CDSA is pleased to collaborate with NCBS, inStem and NIMHANS towards the successful completion of the study. Through the combination of project staffing and innovative project monitoring for the significant study, CDSA is selected provide the overall quality management to meet high standard of quality for the project.

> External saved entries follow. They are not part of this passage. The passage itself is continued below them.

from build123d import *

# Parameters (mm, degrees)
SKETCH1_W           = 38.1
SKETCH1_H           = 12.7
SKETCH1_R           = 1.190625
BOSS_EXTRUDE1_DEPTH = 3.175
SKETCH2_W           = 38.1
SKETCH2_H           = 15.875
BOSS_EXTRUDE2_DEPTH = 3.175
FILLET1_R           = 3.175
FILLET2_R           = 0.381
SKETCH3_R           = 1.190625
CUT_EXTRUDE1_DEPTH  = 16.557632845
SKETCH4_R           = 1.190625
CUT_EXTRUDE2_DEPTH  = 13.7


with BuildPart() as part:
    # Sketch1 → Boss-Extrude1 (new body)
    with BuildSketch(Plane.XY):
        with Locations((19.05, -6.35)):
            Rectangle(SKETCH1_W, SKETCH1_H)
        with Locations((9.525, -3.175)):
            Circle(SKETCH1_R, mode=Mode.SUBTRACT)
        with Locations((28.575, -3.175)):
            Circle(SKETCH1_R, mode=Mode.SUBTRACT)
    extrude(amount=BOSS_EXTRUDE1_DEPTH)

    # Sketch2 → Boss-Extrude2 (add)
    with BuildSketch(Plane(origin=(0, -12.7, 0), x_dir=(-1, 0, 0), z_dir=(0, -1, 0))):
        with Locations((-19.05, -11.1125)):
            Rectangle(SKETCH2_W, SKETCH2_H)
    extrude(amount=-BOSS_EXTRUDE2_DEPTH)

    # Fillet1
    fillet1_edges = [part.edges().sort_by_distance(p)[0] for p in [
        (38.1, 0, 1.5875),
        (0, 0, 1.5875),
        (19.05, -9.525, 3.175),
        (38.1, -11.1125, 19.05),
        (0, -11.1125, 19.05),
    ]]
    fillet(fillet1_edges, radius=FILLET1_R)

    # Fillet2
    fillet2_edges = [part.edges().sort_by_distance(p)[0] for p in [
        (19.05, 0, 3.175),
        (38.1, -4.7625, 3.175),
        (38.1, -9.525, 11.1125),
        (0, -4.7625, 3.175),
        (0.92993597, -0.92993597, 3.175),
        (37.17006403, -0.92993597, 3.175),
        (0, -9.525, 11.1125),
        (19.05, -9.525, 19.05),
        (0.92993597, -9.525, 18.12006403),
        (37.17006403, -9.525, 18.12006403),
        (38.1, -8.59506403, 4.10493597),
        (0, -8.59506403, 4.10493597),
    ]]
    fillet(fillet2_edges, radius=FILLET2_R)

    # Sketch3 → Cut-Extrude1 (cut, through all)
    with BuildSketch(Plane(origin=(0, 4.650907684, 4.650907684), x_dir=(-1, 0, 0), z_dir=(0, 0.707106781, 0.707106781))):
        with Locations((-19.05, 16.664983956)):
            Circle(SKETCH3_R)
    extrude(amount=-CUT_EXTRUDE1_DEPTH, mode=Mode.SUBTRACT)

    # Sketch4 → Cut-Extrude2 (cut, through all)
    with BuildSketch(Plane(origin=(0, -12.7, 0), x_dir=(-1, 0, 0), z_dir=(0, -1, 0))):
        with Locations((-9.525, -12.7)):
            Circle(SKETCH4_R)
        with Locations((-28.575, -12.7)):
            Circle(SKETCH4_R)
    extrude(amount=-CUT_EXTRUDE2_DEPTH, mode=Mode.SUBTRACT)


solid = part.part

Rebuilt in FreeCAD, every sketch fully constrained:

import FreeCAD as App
import Part
import Sketcher
from FreeCAD import Vector
Q = App.Units.Quantity


def edges_at(feature, points):
    """Names of the edges that pass closest to the given points."""
    edges = feature.Shape.Edges
    near = lambda p: min(range(len(edges)), key=lambda i: edges[i].distToShape(Part.Vertex(*p))[0])
    return sorted({f"Edge{near(p) + 1}" for p in points})

doc = App.newDocument("Part")
body = doc.addObject("PartDesign::Body", "Body")

# Sketch on XY plane
sketch1 = body.newObject("Sketcher::SketchObject", "Sketch")
sketch1.AttachmentSupport = (doc.getObject("XY_Plane"), [""])
sketch1.MapMode = "FlatFace"
sketch1.addGeometry([
    Part.LineSegment(Vector(0, 0, 0), Vector(0, -12.7, 0)),  # 0
    Part.LineSegment(Vector(0, -12.7, 0), Vector(38.1, -12.7, 0)),  # 1
    Part.LineSegment(Vector(38.1, -12.7, 0), Vector(38.1, 0, 0)),  # 2
    Part.LineSegment(Vector(38.1, 0, 0), Vector(0, 0, 0)),  # 3
    Part.Circle(Vector(9.5, -3.2, 0), Vector(0, 0, 1), 1.2),  # 4
    Part.Circle(Vector(28.6, -3.2, 0), Vector(0, 0, 1), 1.2),  # 5
], False)
sketch1.addConstraint([
    Sketcher.Constraint("Coincident", 0, 2, 1, 1),
    Sketcher.Constraint("Coincident", 1, 2, 2, 1),
    Sketcher.Constraint("Coincident", 2, 2, 3, 1),
    Sketcher.Constraint("Coincident", 3, 2, 0, 1),
    Sketcher.Constraint("Vertical", 0),
    Sketcher.Constraint("Horizontal", 1),
    Sketcher.Constraint("Vertical", 2),
    Sketcher.Constraint("Horizontal", 3),
    Sketcher.Constraint("Coincident", 3, 2, -1, 1),
    Sketcher.Constraint("Equal", 4, 5),
    Sketcher.Constraint("Horizontal", 4, 3, 5, 3),
    Sketcher.Constraint("Diameter", 4, Q("0.09375 in")),
    Sketcher.Constraint("DistanceX", 1, 1, 1, 2, Q("1.5 in")),
    Sketcher.Constraint("DistanceY", 0, 2, 0, 1, Q("0.5 in")),
    Sketcher.Constraint("DistanceX", 4, 3, 5, 3, Q("0.75 in")),
    Sketcher.Constraint("DistanceX", -1, 1, 4, 3, Q("0.375 in")),
    Sketcher.Constraint("DistanceY", 4, 3, -1, 1, Q("0.125 in")),
])
pad1 = body.newObject("PartDesign::Pad", "Pad")
pad1.Profile = sketch1
pad1.Length = Q("0.125 in")

# Sketch on XZ plane
sketch2 = body.newObject("Sketcher::SketchObject", "Sketch001")
sketch2.AttachmentSupport = (doc.getObject("XZ_Plane"), [""])
sketch2.MapMode = "FlatFace"
sketch2.AttachmentOffset = App.Placement(Vector(0, 0, 0.5 * 25.4), App.Rotation())
sketch2.addGeometry([
    Part.LineSegment(Vector(38, 3, 0), Vector(38, 19, 0)),
    Part.LineSegment(Vector(38, 19, 0), Vector(0, 19, 0)),
    Part.LineSegment(Vector(0, 19, 0), Vector(0, 3, 0)),
    Part.LineSegment(Vector(0, 3, 0), Vector(38, 3, 0)),
], False)
sketch2.addConstraint([
    Sketcher.Constraint("Coincident", 0, 2, 1, 1),
    Sketcher.Constraint("Coincident", 1, 2, 2, 1),
    Sketcher.Constraint("Coincident", 2, 2, 3, 1),
    Sketcher.Constraint("Coincident", 3, 2, 0, 1),
    Sketcher.Constraint("Vertical", 0),
    Sketcher.Constraint("Horizontal", 1),
    Sketcher.Constraint("Vertical", 2),
    Sketcher.Constraint("Horizontal", 3),
    Sketcher.Constraint("PointOnObject", 1, 2, -2),
    Sketcher.Constraint("DistanceX", 1, 2, 1, 1, Q("1.5 in")),
    Sketcher.Constraint("DistanceY", 0, 1, 0, 2, Q("0.625 in")),
    Sketcher.Constraint("DistanceY", -1, 1, 0, 2, Q("0.75 in")),
])
pad2 = body.newObject("PartDesign::Pad", "Pad001")
pad2.Profile = sketch2
pad2.Length = Q("0.125 in")
pad2.Reversed = True
doc.recompute()

fillet = body.newObject("PartDesign::Fillet", "Fillet")
fillet.Base = (pad2, edges_at(pad2, [
    (38.1, 0, 1.587),
    (0, 0, 1.587),
    (19.05, -9.525, 3.175),
    (38.1, -11.113, 19.05),
    (0, -11.113, 19.05),
]))
fillet.Radius = Q("0.125 in")
doc.recompute()

fillet2 = body.newObject("PartDesign::Fillet", "Fillet001")
fillet2.Base = (fillet, edges_at(fillet, [
    (19.05, 0, 3.175),
    (38.1, -4.763, 3.175),
    (38.1, -9.525, 11.113),
    (0, -4.763, 3.175),
    (0.93, -0.93, 3.175),
    (37.17, -0.93, 3.175),
    (0, -9.525, 11.113),
    (19.05, -9.525, 19.05),
    (0.93, -9.525, 18.12),
    (37.17, -9.525, 18.12),
    (38.1, -8.595, 4.105),
    (0, -8.595, 4.105),
]))
fillet2.Radius = Q("0.015 in")

# Sketch on an angled plane
sketch3 = body.newObject("Sketcher::SketchObject", "Sketch002")
sketch3.Placement = App.Placement(Vector(0, 4.650908, 4.650908), App.Rotation(Vector(-1, 0, 0), Vector(0, -0.707106781, 0.707106781), Vector(0, 0.707106781, 0.707106781), "ZXY"))
sketch3.addGeometry(Part.Circle(Vector(-19.1, 16.7, 0), Vector(0, 0, 1), 1.2), False)
sketch3.addConstraint([
    Sketcher.Constraint("Diameter", 0, Q("0.09375 in")),
    Sketcher.Constraint("DistanceX", 0, 3, -1, 1, Q("0.75 in")),
    Sketcher.Constraint("DistanceY", -1, 1, 0, 3, 16.664984),
])
pocket1 = body.newObject("PartDesign::Pocket", "Pocket")
pocket1.Profile = sketch3
pocket1.Type = "ThroughAll"

# Sketch on XZ plane
sketch4 = body.newObject("Sketcher::SketchObject", "Sketch003")
sketch4.AttachmentSupport = (doc.getObject("XZ_Plane"), [""])
sketch4.MapMode = "FlatFace"
sketch4.AttachmentOffset = App.Placement(Vector(0, 0, 0.5 * 25.4), App.Rotation())
sketch4.addGeometry([
    Part.Circle(Vector(9.5, 12.7, 0), Vector(0, 0, 1), 1.2),
    Part.Circle(Vector(28.6, 12.7, 0), Vector(0, 0, 1), 1.2),
], False)
sketch4.addConstraint([
    Sketcher.Constraint("Equal", 0, 1),
    Sketcher.Constraint("Horizontal", 0, 3, 1, 3),
    Sketcher.Constraint("Diameter", 0, Q("0.09375 in")),
    Sketcher.Constraint("DistanceY", -1, 1, 0, 3, Q("0.5 in")),
    Sketcher.Constraint("DistanceX", 0, 3, 1, 3, Q("0.75 in")),
    Sketcher.Constraint("DistanceX", -1, 1, 0, 3, Q("0.375 in")),
])
pocket2 = body.newObject("PartDesign::Pocket", "Pocket001")
pocket2.Profile = sketch4
pocket2.Type = "ThroughAll"

doc.recompute()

Study Site:NIMHANS, Bangalore (participants enrolment); NCBS & inStem (Biorepository), Bangalore
Study Status:Screened families 2499 , participants recruited 809 (as of April 2018)
Quality Management data review status:•Overall Quality Management
•Risk Based monitoring strategy for Data monitoring and Process monitoring by identification of Critical Data Fields
•Quality management through online monitoring reports and tracking of each participant monitored
•Online resolution of monitoring queries
Achievements:• Concurrent monitoring of the enrolment data and processes
• Release of monitored data after query resolution on daily basis
• Escalation of critical quality issues to clinical team on weekly basis and their resolution
• Trend Identification and lessons learnt for prospective monitoring and data quality

Immediate KMC Study 

The study aims to evaluate the impact of continuous Kangaroo Mother Care (KMC)  initiated immediately after birth compared to KMC initiated after stabilization in newborns with birth weight 1.0 to <1.8 kg on their survival in low-resource settings .  This multi-country randomized clinical study has been implemented in tertiary care hospitals in five low- and middle-income countries in Asia and Sub-Saharan Africa (India, Ghana, Malawi, Nigeria and Tanzania). In this study, the proposed method of care will be provided to infants with a birth weight between 1.0 to <1.8 kg. This will be compared with the current recommended method of initiating continuous KMC after stabilization of the neonate. All neonates enrolled in this study will receive the WHO minimum package of care for small babies (warmth, hygiene, breast-milk feeding, and if required intravenous fluids, parenteral antibiotics, oxygen, continuous positive airway pressure, and monitoring). This care will be the same for the intervention and control groups, except that babies randomized to intervention will be given continuous KMC with mothers or surrogates in the neonatal special care unit, but babies allocated to control group will receive care in incubators, radiant warmers or cots while they are unstable.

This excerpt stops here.